Se o Centro Infantil Boldrini, localizado na cidade paulista de Campinas, referência no atendimento de crianças e adolescentes com câncer e doenças hematológicas, exigisse o afastamento da pediatra Silvia Regina Brandalise devido à idade, ela responderia enfaticamente: não!
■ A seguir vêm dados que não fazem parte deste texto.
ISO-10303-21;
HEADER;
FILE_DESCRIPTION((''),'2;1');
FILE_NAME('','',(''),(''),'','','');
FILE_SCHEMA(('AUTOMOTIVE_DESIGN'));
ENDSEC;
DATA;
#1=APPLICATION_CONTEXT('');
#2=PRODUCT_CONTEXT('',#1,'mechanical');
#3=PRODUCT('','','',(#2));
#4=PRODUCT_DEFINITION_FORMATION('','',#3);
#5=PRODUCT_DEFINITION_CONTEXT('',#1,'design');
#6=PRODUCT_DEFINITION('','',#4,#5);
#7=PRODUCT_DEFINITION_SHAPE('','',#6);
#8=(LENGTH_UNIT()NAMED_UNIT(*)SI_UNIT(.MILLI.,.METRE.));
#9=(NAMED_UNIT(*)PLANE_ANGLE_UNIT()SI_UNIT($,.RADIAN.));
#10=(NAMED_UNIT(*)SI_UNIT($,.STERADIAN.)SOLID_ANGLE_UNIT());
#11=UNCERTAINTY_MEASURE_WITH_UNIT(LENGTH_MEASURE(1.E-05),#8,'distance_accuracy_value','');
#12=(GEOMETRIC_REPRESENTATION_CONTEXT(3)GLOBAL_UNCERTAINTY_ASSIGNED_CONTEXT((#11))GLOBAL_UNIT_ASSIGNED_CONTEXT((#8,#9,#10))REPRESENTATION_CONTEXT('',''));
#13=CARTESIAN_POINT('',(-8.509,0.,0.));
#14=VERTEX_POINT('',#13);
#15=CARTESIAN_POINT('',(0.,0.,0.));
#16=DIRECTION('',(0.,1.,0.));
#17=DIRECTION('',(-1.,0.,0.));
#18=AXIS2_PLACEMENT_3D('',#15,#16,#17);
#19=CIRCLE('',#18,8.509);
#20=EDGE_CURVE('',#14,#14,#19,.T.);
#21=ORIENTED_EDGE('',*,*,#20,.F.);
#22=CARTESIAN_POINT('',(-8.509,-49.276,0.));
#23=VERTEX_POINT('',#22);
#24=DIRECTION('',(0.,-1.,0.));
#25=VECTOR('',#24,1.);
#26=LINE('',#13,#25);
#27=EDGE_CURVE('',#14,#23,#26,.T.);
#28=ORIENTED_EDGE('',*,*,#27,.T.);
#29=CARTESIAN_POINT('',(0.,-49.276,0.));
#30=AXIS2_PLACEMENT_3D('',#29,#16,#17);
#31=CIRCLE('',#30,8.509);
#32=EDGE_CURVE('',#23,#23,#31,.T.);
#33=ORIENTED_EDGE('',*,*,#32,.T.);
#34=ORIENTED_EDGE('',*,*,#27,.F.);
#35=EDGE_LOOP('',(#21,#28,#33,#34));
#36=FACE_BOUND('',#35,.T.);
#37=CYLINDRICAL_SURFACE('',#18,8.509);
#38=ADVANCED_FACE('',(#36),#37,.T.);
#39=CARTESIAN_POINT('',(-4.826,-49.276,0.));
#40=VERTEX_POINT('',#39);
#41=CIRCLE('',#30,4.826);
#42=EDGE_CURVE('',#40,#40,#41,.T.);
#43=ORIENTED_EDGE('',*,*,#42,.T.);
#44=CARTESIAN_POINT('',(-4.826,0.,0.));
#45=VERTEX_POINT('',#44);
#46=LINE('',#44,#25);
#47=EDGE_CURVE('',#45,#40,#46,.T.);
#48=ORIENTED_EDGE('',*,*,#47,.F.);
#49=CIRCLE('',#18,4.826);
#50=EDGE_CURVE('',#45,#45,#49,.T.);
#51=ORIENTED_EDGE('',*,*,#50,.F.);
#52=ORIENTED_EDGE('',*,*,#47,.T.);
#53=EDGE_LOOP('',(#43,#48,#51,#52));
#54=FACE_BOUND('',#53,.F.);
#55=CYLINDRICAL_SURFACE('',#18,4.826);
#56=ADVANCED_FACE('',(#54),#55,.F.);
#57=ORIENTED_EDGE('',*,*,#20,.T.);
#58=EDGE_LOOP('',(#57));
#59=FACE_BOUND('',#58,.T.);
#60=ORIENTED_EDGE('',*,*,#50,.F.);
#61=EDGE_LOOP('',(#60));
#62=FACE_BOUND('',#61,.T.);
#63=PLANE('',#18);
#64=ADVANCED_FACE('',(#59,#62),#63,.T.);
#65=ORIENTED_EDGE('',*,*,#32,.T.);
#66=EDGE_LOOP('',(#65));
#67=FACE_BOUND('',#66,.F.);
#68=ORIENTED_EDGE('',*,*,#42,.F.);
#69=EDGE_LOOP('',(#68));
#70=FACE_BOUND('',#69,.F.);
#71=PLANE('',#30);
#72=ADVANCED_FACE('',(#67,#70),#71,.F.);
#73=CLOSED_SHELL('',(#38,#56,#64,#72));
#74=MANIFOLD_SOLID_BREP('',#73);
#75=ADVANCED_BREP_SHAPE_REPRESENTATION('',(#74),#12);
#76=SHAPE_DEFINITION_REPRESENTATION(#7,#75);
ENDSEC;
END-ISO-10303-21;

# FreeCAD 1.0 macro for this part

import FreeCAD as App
import Part
import Sketcher
from FreeCAD import Vector
Q = App.Units.Quantity

doc = App.newDocument("Part")
body = doc.addObject("PartDesign::Body", "Body")

# Sketch on XZ plane
sketch1 = body.newObject("Sketcher::SketchObject", "Sketch")
sketch1.AttachmentSupport = (doc.getObject("XZ_Plane"), [""])
sketch1.MapMode = "FlatFace"
sketch1.addGeometry([
    Part.Circle(Vector(0, 0, 0), Vector(0, 0, 1), 8.5),
    Part.Circle(Vector(0, 0, 0), Vector(0, 0, 1), 4.8),
], False)
sketch1.addConstraint([
    Sketcher.Constraint("Coincident", 0, 3, -1, 1),
    Sketcher.Constraint("Coincident", 1, 3, -1, 1),
    Sketcher.Constraint("Diameter", 0, Q("0.67 in")),
    Sketcher.Constraint("Diameter", 1, Q("0.38 in")),
])
pad1 = body.newObject("PartDesign::Pad", "Pad")
pad1.Profile = sketch1
pad1.Length = Q("1.94 in")

doc.recompute()
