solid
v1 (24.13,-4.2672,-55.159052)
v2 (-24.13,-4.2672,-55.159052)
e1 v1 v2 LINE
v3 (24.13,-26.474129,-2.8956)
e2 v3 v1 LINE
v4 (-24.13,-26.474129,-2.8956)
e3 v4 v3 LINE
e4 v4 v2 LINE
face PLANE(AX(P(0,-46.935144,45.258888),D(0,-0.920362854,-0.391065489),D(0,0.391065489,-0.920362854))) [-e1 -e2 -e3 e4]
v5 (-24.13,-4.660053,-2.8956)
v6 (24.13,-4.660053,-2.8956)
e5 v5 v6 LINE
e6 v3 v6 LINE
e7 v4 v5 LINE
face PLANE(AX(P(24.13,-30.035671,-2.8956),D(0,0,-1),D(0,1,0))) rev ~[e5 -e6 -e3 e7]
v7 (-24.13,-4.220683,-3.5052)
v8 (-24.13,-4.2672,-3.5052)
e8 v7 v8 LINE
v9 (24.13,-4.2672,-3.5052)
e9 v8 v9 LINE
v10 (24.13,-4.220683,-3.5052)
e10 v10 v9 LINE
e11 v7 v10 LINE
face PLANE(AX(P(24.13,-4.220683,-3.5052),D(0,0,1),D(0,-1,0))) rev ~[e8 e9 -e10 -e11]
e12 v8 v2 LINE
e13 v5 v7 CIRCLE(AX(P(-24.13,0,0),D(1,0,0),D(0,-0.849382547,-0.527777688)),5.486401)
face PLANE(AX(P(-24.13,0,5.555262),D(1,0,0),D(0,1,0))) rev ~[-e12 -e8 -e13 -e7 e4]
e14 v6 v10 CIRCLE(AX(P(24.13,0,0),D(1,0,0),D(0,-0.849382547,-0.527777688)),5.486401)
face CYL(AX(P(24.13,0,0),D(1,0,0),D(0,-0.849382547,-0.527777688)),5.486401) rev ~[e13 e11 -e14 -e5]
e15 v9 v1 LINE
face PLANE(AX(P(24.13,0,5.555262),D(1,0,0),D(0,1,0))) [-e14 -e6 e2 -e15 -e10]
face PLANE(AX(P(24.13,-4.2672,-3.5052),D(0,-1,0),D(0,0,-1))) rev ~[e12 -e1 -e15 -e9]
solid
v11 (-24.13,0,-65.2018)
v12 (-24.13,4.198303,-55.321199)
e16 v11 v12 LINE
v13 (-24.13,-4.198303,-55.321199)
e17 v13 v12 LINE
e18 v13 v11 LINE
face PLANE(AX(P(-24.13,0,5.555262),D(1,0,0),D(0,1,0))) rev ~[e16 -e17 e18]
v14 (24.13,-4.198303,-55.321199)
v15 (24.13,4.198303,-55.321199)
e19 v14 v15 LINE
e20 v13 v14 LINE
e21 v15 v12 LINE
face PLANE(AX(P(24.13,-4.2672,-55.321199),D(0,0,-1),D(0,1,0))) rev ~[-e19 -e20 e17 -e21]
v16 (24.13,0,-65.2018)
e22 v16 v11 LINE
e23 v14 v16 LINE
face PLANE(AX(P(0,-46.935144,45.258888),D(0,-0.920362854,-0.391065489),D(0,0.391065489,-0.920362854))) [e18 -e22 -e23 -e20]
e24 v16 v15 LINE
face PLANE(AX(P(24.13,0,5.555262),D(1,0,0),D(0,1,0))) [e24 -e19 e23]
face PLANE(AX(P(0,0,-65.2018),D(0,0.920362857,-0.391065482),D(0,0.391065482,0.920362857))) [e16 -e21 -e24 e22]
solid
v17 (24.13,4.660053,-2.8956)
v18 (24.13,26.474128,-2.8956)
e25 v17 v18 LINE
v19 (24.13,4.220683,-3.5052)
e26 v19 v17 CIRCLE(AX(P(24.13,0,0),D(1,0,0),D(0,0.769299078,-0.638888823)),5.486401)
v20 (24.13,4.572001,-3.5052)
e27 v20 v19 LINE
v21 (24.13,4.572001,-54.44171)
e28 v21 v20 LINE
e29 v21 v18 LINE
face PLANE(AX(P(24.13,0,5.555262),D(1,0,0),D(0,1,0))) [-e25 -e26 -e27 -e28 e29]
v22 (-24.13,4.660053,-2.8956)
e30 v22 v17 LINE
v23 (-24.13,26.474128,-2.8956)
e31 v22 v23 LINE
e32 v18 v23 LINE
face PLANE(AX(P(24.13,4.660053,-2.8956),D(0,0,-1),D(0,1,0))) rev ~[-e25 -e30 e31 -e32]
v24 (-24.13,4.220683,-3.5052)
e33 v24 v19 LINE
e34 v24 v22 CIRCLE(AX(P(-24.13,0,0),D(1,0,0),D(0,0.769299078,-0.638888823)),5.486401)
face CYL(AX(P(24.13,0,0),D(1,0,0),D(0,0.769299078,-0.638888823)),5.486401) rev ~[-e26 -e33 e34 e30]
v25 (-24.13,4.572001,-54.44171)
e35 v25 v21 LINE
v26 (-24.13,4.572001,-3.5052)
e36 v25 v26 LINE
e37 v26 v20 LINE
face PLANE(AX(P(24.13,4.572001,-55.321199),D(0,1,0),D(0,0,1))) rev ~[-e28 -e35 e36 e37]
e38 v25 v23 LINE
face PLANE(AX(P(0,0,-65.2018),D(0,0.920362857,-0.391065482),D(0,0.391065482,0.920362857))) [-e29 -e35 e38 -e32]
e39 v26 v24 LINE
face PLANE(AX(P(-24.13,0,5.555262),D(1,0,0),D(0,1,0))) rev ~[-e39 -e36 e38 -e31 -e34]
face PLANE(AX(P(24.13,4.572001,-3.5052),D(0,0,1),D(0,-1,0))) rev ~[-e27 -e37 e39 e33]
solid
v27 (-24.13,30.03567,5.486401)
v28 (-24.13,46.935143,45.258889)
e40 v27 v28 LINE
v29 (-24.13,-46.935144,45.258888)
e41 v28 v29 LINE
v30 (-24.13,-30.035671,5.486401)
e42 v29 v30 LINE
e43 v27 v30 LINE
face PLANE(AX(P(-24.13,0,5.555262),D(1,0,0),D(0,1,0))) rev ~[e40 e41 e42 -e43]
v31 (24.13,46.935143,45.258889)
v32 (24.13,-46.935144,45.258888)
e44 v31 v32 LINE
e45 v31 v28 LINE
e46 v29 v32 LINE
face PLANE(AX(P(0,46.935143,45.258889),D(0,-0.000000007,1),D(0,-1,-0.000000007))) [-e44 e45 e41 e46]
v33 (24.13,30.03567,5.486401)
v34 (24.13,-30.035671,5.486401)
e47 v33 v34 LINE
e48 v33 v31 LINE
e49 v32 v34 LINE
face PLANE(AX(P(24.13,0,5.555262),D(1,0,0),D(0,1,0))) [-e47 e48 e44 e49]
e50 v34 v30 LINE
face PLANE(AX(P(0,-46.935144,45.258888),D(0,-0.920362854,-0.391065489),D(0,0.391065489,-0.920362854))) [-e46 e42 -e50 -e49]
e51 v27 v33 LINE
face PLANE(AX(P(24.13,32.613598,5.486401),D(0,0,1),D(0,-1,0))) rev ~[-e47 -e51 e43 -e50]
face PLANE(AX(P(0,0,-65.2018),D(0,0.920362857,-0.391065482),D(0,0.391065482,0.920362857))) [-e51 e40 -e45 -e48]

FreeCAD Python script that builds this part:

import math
import FreeCAD as App
import Part
import Sketcher

V = App.Vector
Q = App.Units.Quantity

doc = App.newDocument("Part")
body = doc.addObject("PartDesign::Body", "Body")
body.AllowCompound = True

sketch1 = body.newObject("Sketcher::SketchObject", "Sketch")
sketch1.AttachmentSupport = (doc.getObject("YZ_Plane"), [""])
sketch1.MapMode = "FlatFace"
sketch1.addGeometry(Part.LineSegment(V(46.935143, 45.258889, 0), V(-46.935144, 45.258888, 0)), False)
sketch1.addGeometry(Part.LineSegment(V(-46.935144, 45.258888, 0), V(0, -65.2018, 0)), False)
sketch1.addGeometry(Part.LineSegment(V(0, -65.2018, 0), V(46.935143, 45.258889, 0)), False)
sketch1.addConstraint(Sketcher.Constraint("Coincident", 0, 2, 1, 1))
sketch1.addConstraint(Sketcher.Constraint("Coincident", 1, 2, 2, 1))
sketch1.addConstraint(Sketcher.Constraint("Coincident", 2, 2, 0, 1))
sketch1.addConstraint(Sketcher.Constraint("Horizontal", 0))
sketch1.addConstraint(Sketcher.Constraint("PointOnObject", 1, 2, -2))
sketch1.addConstraint(Sketcher.Constraint("Equal", 1, 2))
sketch1.addConstraint(Sketcher.Constraint("DistanceY", 1, 2, -1, 1, Q("2.567 in")))
sketch1.addConstraint(Sketcher.Constraint("Distance", 1, 120.018629))
sketch1.addConstraint(Sketcher.Constraint("DistanceX", 0, 2, 0, 1, 93.870287))
pad1 = body.newObject("PartDesign::Pad", "Pad")
pad1.Profile = sketch1
pad1.Length = Q("1.9 in")
pad1.Midplane = True

sketch2 = body.newObject("Sketcher::SketchObject", "Sketch001")
sketch2.AttachmentSupport = (doc.getObject("YZ_Plane"), [""])
sketch2.MapMode = "FlatFace"
sketch2.AttachmentOffset = App.Placement(V(0, 0, 0.95 * 25.4), App.Rotation())
sketch2.addGeometry(Part.LineSegment(V(-30.035671, 5.486401, 0), V(-30.035671, -2.8956, 0)), False)
sketch2.addGeometry(Part.LineSegment(V(-30.035671, -2.8956, 0), V(-4.660053, -2.8956, 0)), False)
sketch2.addGeometry(Part.ArcOfCircle(Part.Circle(V(0, 0, 0), V(0, 0, 1), 5.486401), math.radians(-148.144575), math.radians(-140.290988)), False)
sketch2.addGeometry(Part.LineSegment(V(-4.220683, -3.5052, 0), V(-4.2672, -3.5052, 0)), False)
sketch2.addGeometry(Part.LineSegment(V(-4.2672, -3.5052, 0), V(-4.2672, -55.321199, 0)), False)
sketch2.addGeometry(Part.LineSegment(V(-4.2672, -55.321199, 0), V(4.572001, -55.321199, 0)), False)
sketch2.addGeometry(Part.LineSegment(V(4.572001, -55.321199, 0), V(4.572001, -3.5052, 0)), False)
sketch2.addGeometry(Part.LineSegment(V(4.572001, -3.5052, 0), V(4.220683, -3.5052, 0)), False)
sketch2.addGeometry(Part.ArcOfCircle(Part.Circle(V(0, 0, 0), V(0, 0, 1), 5.486401), math.radians(-39.709012), math.radians(-31.855425)), False)
sketch2.addGeometry(Part.LineSegment(V(4.660053, -2.8956, 0), V(32.613598, -2.8956, 0)), False)
sketch2.addGeometry(Part.LineSegment(V(32.613598, -2.8956, 0), V(32.613598, 5.486401, 0)), False)
sketch2.addGeometry(Part.LineSegment(V(32.613598, 5.486401, 0), V(-30.035671, 5.486401, 0)), False)
sketch2.addConstraint(Sketcher.Constraint("Coincident", 0, 2, 1, 1))
sketch2.addConstraint(Sketcher.Constraint("Coincident", 1, 2, 2, 1))
sketch2.addConstraint(Sketcher.Constraint("Coincident", 2, 2, 3, 1))
sketch2.addConstraint(Sketcher.Constraint("Coincident", 3, 2, 4, 1))
sketch2.addConstraint(Sketcher.Constraint("Coincident", 4, 2, 5, 1))
sketch2.addConstraint(Sketcher.Constraint("Coincident", 5, 2, 6, 1))
sketch2.addConstraint(Sketcher.Constraint("Coincident", 6, 2, 7, 1))
sketch2.addConstraint(Sketcher.Constraint("Coincident", 7, 2, 8, 1))
sketch2.addConstraint(Sketcher.Constraint("Coincident", 8, 2, 9, 1))
sketch2.addConstraint(Sketcher.Constraint("Coincident", 9, 2, 10, 1))
sketch2.addConstraint(Sketcher.Constraint("Coincident", 10, 2, 11, 1))
sketch2.addConstraint(Sketcher.Constraint("Coincident", 11, 2, 0, 1))
sketch2.addConstraint(Sketcher.Constraint("Vertical", 0))
sketch2.addConstraint(Sketcher.Constraint("Horizontal", 1))
sketch2.addConstraint(Sketcher.Constraint("Horizontal", 3))
sketch2.addConstraint(Sketcher.Constraint("Vertical", 4))
sketch2.addConstraint(Sketcher.Constraint("Horizontal", 5))
sketch2.addConstraint(Sketcher.Constraint("Vertical", 6))
sketch2.addConstraint(Sketcher.Constraint("Horizontal", 7))
sketch2.addConstraint(Sketcher.Constraint("Horizontal", 9))
sketch2.addConstraint(Sketcher.Constraint("Vertical", 10))
sketch2.addConstraint(Sketcher.Constraint("Horizontal", 11))
sketch2.addConstraint(Sketcher.Constraint("Coincident", 2, 3, -1, 1))
sketch2.addConstraint(Sketcher.Constraint("Coincident", 8, 3, -1, 1))
sketch2.addConstraint(Sketcher.Constraint("Equal", 2, 8))
sketch2.addConstraint(Sketcher.Constraint("Horizontal", 3, 2, 6, 2))
sketch2.addConstraint(Sketcher.Constraint("Horizontal", 1, 2, 8, 2))
sketch2.addConstraint(Sketcher.Constraint("Radius", 2, Q("0.216 in")))
sketch2.addConstraint(Sketcher.Constraint("DistanceY", 0, 2, 0, 1, Q("0.33 in")))
sketch2.addConstraint(Sketcher.Constraint("DistanceY", 4, 2, 4, 1, Q("2.04 in")))
sketch2.addConstraint(Sketcher.Constraint("DistanceX", 5, 1, 5, 2, Q("0.348 in")))
sketch2.addConstraint(Sketcher.Constraint("DistanceX", -1, 1, 5, 2, Q("0.18 in")))
sketch2.addConstraint(Sketcher.Constraint("DistanceY", 0, 2, -1, 1, Q("0.114 in")))
sketch2.addConstraint(Sketcher.Constraint("DistanceY", 2, 2, -1, 1, Q("0.138 in")))
sketch2.addConstraint(Sketcher.Constraint("DistanceX", -1, 1, 9, 2, Q("1.2839999 in")))
sketch2.addConstraint(Sketcher.Constraint("DistanceX", 11, 2, 11, 1, 62.649269))
pocket1 = body.newObject("PartDesign::Pocket", "Pocket")
pocket1.Profile = sketch2
pocket1.Length = Q("55 in")
pocket1.Midplane = True

doc.recompute()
Aos 79 anos, Silvia deixou de dar consultas diretas, mas continua firme na retaguarda: “participo das reuniões clínicas, pois sigo me atualizando com dados da literatura internacional”. Ela lidera projetos de pesquisas fundamentais para entender a relação entre ambiente e a ocorrência do câncer. “Não passa na minha mente deixar de raciocinar como médica”. Esses profissionais mostram que, em medicina, definitivamente, a idade avançada não impõe aposentadoria compulsória.

Helvio Romero

Prêmiada Angelita Gama

Não há limites para Angelita Harb-Gama. Ela é paraense da Ilha de Marajó, nasceu em 1933. Angelita foi à primeira mulher a ser residente em cirurgia geral no Hospital das Clínicas da USP. Na mesma instituição foi, também, a primeira a chefiar o departamento de Gastroenteriologia. Angelita publicou mais de duzentos artigos científicos e tem atuação de destaque em diversas associações médicas no Brasil e no exterior. De tão competente, a médica criou a disciplina coloproctologia, área que estuda doenças que atingem todo o aparelho gástrico digestivo. Na semana passada, ela ingressou no seleto rol dos cientistas que mais contribuíram para o desenvolvimento da Ciência em todo o mundo. Apenas 2% dos pesquisadores mais destacados no planeta fazem parte dessa lista organizada pela Universidade norte-americana de Stanford.